*** Block opens ***
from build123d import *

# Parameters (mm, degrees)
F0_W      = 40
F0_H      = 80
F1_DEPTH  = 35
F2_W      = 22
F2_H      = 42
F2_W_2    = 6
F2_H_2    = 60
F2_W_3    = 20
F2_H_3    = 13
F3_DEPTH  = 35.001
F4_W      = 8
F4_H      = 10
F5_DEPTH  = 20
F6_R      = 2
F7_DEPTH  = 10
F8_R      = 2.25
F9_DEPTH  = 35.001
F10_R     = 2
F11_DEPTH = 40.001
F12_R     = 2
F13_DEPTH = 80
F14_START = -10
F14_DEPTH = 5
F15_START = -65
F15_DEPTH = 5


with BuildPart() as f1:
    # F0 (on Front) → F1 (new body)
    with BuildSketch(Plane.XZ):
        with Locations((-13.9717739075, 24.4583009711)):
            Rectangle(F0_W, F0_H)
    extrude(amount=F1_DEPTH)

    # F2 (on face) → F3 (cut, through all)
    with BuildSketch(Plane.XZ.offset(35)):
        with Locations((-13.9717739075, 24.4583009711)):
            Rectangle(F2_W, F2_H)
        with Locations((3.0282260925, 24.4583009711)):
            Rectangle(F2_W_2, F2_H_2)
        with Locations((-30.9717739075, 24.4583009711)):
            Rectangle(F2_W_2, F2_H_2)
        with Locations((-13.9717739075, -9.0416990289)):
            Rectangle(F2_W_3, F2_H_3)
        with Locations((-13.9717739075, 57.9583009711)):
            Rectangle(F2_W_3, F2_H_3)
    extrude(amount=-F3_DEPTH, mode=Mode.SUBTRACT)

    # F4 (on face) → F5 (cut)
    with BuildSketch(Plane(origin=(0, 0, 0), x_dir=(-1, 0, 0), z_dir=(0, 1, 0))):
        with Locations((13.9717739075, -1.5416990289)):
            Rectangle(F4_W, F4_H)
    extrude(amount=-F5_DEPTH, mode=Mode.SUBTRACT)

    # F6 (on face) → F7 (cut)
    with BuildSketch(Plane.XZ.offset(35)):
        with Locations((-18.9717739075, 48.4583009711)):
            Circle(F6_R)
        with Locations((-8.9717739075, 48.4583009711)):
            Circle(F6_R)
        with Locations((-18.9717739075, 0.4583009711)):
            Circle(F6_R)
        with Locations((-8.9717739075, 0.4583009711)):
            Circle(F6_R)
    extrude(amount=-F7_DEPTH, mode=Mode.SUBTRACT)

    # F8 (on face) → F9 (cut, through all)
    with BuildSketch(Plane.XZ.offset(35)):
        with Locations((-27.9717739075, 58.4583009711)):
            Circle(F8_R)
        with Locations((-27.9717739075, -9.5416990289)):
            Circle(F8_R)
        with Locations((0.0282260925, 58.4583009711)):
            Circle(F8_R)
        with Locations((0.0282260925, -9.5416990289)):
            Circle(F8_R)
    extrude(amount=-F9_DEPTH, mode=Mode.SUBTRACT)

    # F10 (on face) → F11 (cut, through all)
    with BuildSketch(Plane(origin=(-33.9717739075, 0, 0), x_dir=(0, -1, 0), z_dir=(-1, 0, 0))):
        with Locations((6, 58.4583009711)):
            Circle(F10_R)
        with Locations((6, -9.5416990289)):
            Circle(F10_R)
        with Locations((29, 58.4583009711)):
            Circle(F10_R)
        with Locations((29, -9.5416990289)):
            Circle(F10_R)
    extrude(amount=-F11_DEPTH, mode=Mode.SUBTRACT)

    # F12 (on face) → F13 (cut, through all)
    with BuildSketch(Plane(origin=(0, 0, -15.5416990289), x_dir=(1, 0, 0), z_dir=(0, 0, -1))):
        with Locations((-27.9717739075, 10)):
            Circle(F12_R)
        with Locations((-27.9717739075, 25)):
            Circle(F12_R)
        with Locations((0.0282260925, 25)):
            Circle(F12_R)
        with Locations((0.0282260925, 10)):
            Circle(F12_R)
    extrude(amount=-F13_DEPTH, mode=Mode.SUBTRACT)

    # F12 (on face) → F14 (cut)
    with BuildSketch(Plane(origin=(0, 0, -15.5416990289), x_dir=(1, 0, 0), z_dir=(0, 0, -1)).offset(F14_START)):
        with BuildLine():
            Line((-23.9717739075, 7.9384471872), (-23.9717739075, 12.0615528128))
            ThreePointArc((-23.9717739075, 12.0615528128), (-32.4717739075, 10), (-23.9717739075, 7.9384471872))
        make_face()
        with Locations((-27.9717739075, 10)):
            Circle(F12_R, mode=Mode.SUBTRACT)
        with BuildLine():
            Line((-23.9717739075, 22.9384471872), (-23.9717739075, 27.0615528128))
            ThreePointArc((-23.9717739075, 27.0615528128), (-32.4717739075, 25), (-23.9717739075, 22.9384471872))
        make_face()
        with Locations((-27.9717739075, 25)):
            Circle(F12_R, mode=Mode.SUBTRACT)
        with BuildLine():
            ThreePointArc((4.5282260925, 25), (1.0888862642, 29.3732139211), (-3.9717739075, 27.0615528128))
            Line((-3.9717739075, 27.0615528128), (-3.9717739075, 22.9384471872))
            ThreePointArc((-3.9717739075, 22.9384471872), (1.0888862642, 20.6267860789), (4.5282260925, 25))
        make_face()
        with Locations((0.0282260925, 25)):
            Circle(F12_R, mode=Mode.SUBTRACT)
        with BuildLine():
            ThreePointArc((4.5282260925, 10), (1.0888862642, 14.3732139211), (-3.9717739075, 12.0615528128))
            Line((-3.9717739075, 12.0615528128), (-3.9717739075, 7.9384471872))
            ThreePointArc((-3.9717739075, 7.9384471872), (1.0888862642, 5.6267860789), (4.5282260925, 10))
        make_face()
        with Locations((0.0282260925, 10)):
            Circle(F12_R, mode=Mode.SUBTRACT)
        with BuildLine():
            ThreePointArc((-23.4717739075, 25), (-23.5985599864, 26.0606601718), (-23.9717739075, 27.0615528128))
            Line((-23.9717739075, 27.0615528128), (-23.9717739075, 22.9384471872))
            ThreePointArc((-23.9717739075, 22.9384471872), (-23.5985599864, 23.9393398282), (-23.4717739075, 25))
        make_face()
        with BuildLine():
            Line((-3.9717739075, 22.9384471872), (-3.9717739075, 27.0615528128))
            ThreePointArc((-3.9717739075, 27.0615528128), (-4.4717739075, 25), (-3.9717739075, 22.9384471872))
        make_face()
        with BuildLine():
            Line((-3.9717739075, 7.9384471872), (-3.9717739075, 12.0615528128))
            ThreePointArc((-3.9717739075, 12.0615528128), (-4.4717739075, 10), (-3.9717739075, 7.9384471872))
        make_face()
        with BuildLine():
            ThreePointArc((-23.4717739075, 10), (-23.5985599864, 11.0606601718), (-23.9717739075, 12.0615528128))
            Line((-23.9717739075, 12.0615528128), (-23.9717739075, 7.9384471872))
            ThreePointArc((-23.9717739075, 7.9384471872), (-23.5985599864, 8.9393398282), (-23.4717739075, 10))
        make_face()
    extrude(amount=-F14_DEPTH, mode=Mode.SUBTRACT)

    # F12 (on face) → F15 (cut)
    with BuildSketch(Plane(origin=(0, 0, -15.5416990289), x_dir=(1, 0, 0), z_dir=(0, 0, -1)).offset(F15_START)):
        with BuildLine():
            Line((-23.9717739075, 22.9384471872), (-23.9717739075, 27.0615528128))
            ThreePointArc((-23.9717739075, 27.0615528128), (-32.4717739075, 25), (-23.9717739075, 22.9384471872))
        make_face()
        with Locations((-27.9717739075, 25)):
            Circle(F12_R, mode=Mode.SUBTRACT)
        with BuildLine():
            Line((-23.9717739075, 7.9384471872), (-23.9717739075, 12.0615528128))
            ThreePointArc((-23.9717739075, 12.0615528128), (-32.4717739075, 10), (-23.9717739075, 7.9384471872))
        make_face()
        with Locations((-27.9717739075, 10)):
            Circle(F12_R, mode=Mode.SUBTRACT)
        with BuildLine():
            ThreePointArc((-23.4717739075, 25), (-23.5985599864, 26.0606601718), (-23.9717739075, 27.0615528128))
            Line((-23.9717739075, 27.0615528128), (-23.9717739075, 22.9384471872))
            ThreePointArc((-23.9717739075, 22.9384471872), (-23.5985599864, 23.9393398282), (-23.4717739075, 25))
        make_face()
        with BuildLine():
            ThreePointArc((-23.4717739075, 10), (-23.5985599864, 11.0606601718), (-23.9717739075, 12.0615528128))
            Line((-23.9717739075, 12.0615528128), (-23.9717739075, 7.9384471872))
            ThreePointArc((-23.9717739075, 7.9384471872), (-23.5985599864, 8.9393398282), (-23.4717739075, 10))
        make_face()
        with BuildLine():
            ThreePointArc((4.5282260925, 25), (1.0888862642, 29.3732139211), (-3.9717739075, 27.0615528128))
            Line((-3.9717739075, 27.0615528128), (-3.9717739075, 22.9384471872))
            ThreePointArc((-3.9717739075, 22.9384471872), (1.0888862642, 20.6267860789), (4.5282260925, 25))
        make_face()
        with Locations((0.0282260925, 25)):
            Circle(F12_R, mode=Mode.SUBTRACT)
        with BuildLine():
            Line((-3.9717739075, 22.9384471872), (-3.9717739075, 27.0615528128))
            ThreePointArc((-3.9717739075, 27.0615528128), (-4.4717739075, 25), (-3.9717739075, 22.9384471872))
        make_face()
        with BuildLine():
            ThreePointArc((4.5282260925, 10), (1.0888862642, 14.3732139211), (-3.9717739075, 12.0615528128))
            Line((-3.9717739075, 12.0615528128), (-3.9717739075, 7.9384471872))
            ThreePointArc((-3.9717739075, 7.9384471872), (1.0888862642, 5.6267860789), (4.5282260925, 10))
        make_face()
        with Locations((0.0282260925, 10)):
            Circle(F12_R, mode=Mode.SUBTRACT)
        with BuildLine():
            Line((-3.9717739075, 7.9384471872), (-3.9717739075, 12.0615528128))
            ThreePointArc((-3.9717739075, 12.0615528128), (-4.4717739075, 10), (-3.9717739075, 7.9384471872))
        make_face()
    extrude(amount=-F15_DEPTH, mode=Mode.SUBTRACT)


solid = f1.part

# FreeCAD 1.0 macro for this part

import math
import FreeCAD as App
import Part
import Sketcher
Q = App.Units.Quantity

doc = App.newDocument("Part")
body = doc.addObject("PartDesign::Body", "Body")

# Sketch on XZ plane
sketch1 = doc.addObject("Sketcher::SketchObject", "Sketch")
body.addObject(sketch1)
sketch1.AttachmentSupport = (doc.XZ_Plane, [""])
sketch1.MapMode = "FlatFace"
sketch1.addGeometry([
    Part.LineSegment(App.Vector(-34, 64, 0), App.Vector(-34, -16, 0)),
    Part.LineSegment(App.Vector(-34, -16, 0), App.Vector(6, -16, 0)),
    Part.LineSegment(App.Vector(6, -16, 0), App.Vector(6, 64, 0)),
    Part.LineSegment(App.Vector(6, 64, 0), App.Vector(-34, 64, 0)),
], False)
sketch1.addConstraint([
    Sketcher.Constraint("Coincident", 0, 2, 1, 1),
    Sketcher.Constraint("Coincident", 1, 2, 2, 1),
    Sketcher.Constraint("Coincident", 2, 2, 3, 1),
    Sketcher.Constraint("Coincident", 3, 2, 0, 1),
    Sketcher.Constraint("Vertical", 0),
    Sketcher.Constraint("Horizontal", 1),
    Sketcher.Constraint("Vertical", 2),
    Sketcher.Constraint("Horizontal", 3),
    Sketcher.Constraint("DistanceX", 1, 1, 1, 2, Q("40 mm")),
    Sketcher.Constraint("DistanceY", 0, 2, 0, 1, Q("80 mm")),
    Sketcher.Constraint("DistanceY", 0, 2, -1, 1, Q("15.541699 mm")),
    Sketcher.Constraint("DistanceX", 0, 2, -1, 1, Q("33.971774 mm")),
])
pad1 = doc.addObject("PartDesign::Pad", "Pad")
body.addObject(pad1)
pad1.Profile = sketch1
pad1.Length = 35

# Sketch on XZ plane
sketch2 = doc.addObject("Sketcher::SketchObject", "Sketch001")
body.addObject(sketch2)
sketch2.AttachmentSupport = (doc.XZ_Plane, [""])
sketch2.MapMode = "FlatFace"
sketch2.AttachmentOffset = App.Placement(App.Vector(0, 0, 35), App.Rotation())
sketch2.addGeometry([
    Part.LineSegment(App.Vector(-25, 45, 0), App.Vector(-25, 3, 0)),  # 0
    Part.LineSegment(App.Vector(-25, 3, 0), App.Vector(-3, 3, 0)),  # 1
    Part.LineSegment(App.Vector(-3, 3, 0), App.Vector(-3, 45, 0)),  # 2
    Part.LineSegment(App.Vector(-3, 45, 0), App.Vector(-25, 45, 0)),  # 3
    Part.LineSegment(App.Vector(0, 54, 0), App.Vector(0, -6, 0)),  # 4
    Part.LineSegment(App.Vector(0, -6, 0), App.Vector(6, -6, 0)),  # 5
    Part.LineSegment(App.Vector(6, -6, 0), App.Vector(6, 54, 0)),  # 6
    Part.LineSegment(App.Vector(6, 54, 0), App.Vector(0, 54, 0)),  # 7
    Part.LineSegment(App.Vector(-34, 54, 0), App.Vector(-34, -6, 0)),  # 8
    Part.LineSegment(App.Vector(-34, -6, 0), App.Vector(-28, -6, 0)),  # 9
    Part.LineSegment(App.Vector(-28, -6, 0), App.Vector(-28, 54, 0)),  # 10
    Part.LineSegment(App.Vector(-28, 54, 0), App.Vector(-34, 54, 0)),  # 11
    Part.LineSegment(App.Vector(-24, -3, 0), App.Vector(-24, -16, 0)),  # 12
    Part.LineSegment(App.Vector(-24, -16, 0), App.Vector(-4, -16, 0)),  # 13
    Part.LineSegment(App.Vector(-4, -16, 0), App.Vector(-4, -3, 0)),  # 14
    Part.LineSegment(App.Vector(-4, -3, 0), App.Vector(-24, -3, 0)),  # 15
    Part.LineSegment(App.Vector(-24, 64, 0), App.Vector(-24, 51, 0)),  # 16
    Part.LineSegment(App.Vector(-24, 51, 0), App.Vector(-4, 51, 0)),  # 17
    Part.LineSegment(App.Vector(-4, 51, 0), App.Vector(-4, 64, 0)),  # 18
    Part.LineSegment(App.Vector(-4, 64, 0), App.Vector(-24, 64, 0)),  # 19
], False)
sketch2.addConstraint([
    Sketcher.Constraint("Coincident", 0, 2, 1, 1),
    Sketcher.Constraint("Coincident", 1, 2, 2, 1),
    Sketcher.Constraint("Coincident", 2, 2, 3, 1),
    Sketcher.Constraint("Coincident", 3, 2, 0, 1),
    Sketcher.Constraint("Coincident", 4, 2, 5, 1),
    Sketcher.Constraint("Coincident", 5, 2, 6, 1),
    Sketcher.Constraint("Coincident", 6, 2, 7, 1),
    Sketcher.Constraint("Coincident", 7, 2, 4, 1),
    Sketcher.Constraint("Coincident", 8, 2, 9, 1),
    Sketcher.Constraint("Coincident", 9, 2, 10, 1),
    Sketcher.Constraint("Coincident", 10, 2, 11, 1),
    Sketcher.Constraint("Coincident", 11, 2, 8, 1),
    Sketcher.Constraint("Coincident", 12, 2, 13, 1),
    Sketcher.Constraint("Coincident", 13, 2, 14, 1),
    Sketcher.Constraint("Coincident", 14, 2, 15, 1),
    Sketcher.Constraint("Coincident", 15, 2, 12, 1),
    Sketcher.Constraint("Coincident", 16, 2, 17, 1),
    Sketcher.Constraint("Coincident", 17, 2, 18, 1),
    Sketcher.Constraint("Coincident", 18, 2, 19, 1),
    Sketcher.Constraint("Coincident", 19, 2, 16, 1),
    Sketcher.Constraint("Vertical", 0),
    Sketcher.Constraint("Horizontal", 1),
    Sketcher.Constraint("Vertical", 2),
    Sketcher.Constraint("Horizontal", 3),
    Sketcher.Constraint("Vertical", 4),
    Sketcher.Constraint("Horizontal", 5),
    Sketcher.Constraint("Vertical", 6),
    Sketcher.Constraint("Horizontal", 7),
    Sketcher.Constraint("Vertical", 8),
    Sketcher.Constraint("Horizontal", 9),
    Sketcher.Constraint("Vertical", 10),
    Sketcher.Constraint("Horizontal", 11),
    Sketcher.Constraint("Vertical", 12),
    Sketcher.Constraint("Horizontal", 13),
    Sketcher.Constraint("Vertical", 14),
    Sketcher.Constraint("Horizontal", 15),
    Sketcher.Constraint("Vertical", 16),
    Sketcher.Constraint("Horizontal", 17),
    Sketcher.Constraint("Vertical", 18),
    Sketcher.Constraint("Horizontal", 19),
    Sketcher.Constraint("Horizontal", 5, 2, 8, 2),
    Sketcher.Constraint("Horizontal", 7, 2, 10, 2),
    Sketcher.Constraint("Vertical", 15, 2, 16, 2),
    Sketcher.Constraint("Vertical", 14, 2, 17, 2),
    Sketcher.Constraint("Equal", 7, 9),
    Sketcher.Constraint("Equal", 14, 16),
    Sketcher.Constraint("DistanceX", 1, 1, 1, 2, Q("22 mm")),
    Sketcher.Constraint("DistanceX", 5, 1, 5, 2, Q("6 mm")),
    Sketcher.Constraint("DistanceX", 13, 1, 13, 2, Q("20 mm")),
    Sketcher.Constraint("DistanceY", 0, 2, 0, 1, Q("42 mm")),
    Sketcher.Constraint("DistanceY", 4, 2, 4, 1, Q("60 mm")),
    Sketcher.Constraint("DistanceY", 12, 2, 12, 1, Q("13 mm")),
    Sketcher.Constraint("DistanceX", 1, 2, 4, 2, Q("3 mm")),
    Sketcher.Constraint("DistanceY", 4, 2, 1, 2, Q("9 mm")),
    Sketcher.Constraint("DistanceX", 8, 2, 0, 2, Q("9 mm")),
*** Block closes ***
--- HOW TO COMPLETE THIS TASK ---
Each line in the listing above that includes "through" is to be copied.

--- EXERCISE SOLUTION ---
    # F2 (on face) → F3 (cut, through all)
    # F8 (on face) → F9 (cut, through all)
    # F10 (on face) → F11 (cut, through all)
    # F12 (on face) → F13 (cut, through all)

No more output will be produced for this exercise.